### Task item:
From the line with "f 15 58 107" through the line with "f 130 154 155", repeat the entries verbatim, both end lines included, and add nothing.

### Given records:
-- Opening Marker --
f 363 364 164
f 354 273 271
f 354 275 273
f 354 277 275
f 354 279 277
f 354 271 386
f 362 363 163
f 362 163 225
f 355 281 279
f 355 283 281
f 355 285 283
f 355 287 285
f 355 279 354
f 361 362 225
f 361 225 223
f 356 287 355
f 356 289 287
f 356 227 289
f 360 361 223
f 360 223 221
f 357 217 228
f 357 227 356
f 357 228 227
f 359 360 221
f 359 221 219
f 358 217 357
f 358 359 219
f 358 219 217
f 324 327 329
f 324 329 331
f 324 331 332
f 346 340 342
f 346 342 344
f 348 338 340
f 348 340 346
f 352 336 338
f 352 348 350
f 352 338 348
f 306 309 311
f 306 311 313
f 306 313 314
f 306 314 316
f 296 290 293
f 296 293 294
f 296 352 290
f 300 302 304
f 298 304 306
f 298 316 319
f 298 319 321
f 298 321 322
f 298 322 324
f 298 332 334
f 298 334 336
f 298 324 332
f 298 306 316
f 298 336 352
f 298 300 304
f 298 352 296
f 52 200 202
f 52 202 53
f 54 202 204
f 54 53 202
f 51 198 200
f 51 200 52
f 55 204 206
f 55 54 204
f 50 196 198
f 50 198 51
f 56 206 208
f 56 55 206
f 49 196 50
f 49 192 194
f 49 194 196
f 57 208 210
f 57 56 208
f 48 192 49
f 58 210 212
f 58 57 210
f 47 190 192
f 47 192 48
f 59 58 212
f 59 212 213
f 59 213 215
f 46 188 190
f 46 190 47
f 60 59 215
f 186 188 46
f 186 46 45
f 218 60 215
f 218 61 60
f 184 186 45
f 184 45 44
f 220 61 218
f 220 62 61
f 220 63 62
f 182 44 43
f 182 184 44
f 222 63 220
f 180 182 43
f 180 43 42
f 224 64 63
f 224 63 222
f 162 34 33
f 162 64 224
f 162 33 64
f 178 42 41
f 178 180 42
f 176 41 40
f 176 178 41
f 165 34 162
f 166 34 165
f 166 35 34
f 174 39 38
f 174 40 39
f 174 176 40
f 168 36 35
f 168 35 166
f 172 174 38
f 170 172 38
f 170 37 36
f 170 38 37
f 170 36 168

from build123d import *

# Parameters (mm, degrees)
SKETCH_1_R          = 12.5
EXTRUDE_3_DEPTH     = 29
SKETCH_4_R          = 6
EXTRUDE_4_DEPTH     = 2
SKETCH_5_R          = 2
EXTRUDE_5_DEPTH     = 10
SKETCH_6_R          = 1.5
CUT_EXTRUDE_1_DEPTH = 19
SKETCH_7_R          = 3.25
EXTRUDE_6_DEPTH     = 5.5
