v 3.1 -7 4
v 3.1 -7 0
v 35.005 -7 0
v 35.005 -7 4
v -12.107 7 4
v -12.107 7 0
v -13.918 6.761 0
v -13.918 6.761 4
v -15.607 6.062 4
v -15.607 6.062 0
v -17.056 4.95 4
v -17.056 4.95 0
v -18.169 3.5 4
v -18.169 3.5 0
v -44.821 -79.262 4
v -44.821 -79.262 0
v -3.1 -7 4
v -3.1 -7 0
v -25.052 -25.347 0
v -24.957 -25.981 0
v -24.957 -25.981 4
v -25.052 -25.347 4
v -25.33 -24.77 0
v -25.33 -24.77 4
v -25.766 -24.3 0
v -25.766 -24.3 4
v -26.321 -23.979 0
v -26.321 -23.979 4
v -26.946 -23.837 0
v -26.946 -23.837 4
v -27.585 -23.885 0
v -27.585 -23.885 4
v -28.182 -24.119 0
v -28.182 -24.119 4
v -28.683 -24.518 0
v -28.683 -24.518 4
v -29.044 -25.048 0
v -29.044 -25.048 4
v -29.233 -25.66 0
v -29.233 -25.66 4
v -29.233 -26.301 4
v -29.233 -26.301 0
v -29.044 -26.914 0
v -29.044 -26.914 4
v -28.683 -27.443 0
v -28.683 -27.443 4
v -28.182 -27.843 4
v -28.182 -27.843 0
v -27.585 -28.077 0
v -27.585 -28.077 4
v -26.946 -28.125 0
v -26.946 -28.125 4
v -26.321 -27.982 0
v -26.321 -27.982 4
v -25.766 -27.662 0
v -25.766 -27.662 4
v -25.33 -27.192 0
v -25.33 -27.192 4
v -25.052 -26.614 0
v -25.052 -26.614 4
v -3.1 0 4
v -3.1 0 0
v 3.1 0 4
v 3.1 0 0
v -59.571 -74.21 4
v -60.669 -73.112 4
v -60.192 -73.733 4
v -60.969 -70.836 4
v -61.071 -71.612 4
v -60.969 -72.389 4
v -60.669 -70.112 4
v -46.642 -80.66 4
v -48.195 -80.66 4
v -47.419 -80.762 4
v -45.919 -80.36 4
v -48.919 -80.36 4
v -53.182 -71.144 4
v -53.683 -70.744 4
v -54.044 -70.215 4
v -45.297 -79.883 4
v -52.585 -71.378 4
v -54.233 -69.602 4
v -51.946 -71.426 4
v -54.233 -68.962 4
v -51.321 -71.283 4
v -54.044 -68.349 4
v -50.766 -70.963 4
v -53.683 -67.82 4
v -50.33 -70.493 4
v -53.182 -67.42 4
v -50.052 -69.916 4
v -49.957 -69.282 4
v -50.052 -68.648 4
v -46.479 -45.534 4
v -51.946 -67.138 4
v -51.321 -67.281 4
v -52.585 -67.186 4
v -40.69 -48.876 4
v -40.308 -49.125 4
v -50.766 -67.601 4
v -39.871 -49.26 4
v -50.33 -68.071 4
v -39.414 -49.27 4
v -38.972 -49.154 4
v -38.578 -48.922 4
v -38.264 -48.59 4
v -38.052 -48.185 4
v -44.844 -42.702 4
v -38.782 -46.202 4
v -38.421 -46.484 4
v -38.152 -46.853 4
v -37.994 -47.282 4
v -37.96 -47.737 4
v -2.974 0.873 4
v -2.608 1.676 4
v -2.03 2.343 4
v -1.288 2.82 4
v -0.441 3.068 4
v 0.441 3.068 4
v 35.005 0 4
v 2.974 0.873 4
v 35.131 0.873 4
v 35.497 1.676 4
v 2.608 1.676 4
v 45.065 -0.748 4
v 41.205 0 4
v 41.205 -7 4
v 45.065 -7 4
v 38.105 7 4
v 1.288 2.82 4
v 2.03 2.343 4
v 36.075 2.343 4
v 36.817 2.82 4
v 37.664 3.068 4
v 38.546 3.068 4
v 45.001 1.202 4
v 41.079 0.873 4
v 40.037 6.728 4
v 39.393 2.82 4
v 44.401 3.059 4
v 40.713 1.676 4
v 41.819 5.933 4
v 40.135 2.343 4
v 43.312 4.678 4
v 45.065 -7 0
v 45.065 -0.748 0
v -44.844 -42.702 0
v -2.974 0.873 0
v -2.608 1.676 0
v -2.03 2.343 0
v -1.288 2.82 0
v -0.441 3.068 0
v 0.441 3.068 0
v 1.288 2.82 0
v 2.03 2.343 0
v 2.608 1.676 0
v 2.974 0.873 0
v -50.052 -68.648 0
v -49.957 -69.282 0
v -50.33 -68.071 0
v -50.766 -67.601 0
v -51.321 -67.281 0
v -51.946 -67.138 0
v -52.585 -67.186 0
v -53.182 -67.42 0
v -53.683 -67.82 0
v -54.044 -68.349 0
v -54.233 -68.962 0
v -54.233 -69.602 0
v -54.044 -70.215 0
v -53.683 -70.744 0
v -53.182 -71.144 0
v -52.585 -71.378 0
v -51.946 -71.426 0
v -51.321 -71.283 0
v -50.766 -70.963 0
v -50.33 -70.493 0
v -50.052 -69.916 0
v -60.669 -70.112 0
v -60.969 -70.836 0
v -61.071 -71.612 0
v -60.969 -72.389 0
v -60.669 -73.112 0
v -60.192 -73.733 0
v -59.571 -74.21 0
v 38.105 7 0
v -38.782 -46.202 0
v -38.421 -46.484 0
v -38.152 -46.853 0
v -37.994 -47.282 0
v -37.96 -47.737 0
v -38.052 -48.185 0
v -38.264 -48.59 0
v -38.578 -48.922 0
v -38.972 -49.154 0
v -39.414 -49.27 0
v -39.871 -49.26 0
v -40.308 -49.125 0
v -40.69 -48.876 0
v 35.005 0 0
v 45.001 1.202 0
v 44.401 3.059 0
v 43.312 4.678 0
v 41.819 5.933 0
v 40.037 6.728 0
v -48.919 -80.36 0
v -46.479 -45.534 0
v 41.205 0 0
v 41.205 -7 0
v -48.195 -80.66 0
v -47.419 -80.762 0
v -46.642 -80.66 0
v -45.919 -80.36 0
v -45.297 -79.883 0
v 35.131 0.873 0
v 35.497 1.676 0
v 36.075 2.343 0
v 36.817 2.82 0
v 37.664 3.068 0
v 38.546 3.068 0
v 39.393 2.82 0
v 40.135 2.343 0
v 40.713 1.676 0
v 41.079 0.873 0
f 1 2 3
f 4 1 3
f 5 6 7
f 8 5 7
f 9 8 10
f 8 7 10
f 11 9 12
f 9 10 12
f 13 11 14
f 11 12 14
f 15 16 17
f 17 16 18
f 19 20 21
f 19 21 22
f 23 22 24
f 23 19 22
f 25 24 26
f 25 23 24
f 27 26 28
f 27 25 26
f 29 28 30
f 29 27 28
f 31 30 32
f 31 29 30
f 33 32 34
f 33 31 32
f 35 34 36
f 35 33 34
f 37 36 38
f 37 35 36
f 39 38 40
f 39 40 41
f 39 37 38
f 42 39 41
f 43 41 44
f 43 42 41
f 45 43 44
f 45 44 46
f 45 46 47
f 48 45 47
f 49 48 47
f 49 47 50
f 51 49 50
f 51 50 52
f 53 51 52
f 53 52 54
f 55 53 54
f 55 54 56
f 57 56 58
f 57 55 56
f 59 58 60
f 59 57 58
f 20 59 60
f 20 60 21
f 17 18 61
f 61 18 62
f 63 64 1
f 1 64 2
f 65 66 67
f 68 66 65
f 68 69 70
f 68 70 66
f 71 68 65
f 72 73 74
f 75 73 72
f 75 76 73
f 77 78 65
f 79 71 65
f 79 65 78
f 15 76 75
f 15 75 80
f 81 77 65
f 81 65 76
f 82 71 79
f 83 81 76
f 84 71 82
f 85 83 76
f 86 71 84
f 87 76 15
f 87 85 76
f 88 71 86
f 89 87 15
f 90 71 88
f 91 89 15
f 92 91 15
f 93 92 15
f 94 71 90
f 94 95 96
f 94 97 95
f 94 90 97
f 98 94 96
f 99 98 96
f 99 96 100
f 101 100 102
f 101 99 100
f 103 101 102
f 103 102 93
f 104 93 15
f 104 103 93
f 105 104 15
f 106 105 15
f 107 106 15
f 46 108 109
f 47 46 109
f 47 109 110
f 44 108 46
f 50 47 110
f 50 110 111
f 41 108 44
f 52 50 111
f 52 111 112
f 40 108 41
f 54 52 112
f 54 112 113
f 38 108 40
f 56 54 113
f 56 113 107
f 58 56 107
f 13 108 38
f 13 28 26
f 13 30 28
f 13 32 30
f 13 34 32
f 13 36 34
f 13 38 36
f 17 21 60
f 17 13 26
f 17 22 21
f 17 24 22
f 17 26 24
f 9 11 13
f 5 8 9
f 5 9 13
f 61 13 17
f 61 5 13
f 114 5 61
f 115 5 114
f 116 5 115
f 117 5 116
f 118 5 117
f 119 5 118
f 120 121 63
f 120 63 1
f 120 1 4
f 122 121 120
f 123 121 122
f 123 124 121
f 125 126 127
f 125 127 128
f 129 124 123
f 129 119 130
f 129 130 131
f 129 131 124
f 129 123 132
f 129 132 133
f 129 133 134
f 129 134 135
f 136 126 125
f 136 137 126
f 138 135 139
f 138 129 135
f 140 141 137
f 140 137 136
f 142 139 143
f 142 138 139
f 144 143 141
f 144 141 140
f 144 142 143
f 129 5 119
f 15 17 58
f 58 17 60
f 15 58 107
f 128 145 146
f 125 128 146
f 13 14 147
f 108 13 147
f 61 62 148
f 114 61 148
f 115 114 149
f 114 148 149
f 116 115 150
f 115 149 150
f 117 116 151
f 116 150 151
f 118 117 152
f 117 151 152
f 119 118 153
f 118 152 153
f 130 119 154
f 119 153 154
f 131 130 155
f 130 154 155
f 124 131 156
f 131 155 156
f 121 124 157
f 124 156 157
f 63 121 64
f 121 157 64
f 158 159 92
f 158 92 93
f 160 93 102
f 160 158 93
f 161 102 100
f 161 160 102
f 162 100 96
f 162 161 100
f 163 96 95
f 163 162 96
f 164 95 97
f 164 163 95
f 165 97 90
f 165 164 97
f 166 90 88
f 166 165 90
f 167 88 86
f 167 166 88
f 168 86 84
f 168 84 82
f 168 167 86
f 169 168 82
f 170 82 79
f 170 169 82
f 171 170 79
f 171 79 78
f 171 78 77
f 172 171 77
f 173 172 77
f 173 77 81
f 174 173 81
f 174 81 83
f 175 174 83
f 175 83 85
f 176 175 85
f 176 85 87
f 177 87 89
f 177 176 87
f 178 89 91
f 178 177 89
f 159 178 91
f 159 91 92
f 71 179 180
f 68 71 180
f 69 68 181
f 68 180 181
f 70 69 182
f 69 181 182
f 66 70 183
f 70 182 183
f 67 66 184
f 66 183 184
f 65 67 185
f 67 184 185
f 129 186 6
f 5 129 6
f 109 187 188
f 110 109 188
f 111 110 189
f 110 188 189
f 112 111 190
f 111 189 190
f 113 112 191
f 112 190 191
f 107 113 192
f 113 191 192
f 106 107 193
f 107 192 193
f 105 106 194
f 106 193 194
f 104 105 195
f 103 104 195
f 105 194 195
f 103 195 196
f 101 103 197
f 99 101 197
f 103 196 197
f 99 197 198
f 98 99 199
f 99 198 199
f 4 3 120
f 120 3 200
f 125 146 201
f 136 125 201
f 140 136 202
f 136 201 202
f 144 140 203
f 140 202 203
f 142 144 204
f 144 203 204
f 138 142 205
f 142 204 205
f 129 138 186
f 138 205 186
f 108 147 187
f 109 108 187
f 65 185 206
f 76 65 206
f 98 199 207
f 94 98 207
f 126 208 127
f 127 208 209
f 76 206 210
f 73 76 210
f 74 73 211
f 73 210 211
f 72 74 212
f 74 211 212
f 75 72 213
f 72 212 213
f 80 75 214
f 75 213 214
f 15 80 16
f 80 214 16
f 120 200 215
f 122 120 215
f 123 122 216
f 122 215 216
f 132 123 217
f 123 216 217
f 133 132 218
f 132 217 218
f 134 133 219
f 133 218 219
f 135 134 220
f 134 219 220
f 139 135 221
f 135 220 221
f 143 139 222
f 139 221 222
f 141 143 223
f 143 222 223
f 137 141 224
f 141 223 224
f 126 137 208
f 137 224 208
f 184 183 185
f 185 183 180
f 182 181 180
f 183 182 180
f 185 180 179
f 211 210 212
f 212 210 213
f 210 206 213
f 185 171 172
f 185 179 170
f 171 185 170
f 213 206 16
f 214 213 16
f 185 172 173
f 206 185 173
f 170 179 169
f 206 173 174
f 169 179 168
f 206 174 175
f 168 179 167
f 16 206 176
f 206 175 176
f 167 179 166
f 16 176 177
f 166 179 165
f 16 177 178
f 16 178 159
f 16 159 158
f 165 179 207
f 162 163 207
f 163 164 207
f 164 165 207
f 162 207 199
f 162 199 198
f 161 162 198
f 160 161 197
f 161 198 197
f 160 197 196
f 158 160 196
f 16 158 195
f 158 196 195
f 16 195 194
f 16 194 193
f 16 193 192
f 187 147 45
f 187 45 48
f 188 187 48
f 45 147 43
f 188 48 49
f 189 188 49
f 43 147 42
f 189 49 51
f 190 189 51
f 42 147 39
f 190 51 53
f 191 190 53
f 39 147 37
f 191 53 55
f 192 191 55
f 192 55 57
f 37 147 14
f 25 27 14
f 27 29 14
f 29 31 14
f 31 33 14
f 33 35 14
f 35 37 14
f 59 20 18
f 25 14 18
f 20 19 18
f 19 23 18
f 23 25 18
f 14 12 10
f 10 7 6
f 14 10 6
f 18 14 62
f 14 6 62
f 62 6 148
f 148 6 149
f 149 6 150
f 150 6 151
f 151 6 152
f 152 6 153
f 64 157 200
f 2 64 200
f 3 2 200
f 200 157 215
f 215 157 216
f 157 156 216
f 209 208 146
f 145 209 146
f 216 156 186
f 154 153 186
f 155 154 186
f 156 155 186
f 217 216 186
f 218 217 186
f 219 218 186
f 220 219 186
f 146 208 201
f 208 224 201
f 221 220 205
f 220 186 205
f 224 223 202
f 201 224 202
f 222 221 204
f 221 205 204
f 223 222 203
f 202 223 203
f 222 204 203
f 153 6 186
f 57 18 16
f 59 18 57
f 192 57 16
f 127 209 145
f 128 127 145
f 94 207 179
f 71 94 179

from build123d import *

# Parameters (mm, degrees)
SKETCH1_R           = 2.15
BOSS_EXTRUDE1_DEPTH = 4


with BuildPart() as part:
    # Sketch1 → Boss-Extrude1 (new body)
    with BuildSketch(Plane.XY):
        with BuildLine():
            Line((-3.1, -7), (-3.1, 0))
            ThreePointArc((-3.1, 0), (0, 3.1), (3.1, 0))
            Line((3.1, 0), (3.1, -7))
            Line((3.1, -7), (35.005, -7))
            Line((35.005, -7), (35.005, 0))
            ThreePointArc((35.005, 0), (38.105, 3.1), (41.205, 0))
            Line((41.205, 0), (41.205, -7))
            Line((41.205, -7), (45.064925835, -7))
            Line((45.064925835, -7), (45.064925835, -0.747952118))
            ThreePointArc((45.064925835, -0.747952118), (43.312478508, 4.677837918), (38.105, 7))
            Line((38.105, 7), (-12.106664199, 7))
            ThreePointArc((-12.106664199, 7), (-15.606664199, 6.062177826), (-18.168842026, 3.5))
            Line((-18.168842026, 3.5), (-44.843842026, -42.702455292))
            Line((-44.843842026, -42.702455292), (-38.781664199, -46.202455292))
            ThreePointArc((-38.781664199, -46.202455292), (-38.263860854, -48.590239831), (-40.690427119, -48.875566784))
            Line((-40.690427119, -48.875566784), (-46.478523985, -45.5338075))
            Line((-46.478523985, -45.5338075), (-60.668842026, -70.112159322))
            ThreePointArc((-60.668842026, -70.112159322), (-60.968543293, -72.388616457), (-59.570765814, -74.210235533))
            Line((-59.570765814, -74.210235533), (-48.918653348, -80.360235533))
            ThreePointArc((-48.918653348, -80.360235533), (-46.642196213, -80.659936801), (-44.820577137, -79.262159322))
            Line((-44.820577137, -79.262159322), (-3.1, -7))
        make_face()
        with Locations((-52.106664199, -69.282032303)):
            Circle(SKETCH1_R, mode=Mode.SUBTRACT)
        with Locations((-27.106664199, -25.980762114)):
            Circle(SKETCH1_R, mode=Mode.SUBTRACT)
    extrude(amount=BOSS_EXTRUDE1_DEPTH)


solid = part.part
-- Closing Marker --
### Answer to the exercise:
f 15 58 107
f 128 145 146
f 125 128 146
f 13 14 147
f 108 13 147
f 61 62 148
f 114 61 148
f 115 114 149
f 114 148 149
f 116 115 150
f 115 149 150
f 117 116 151
f 116 150 151
f 118 117 152
f 117 151 152
f 119 118 153
f 118 152 153
f 130 119 154
f 119 153 154
f 131 130 155
f 130 154 155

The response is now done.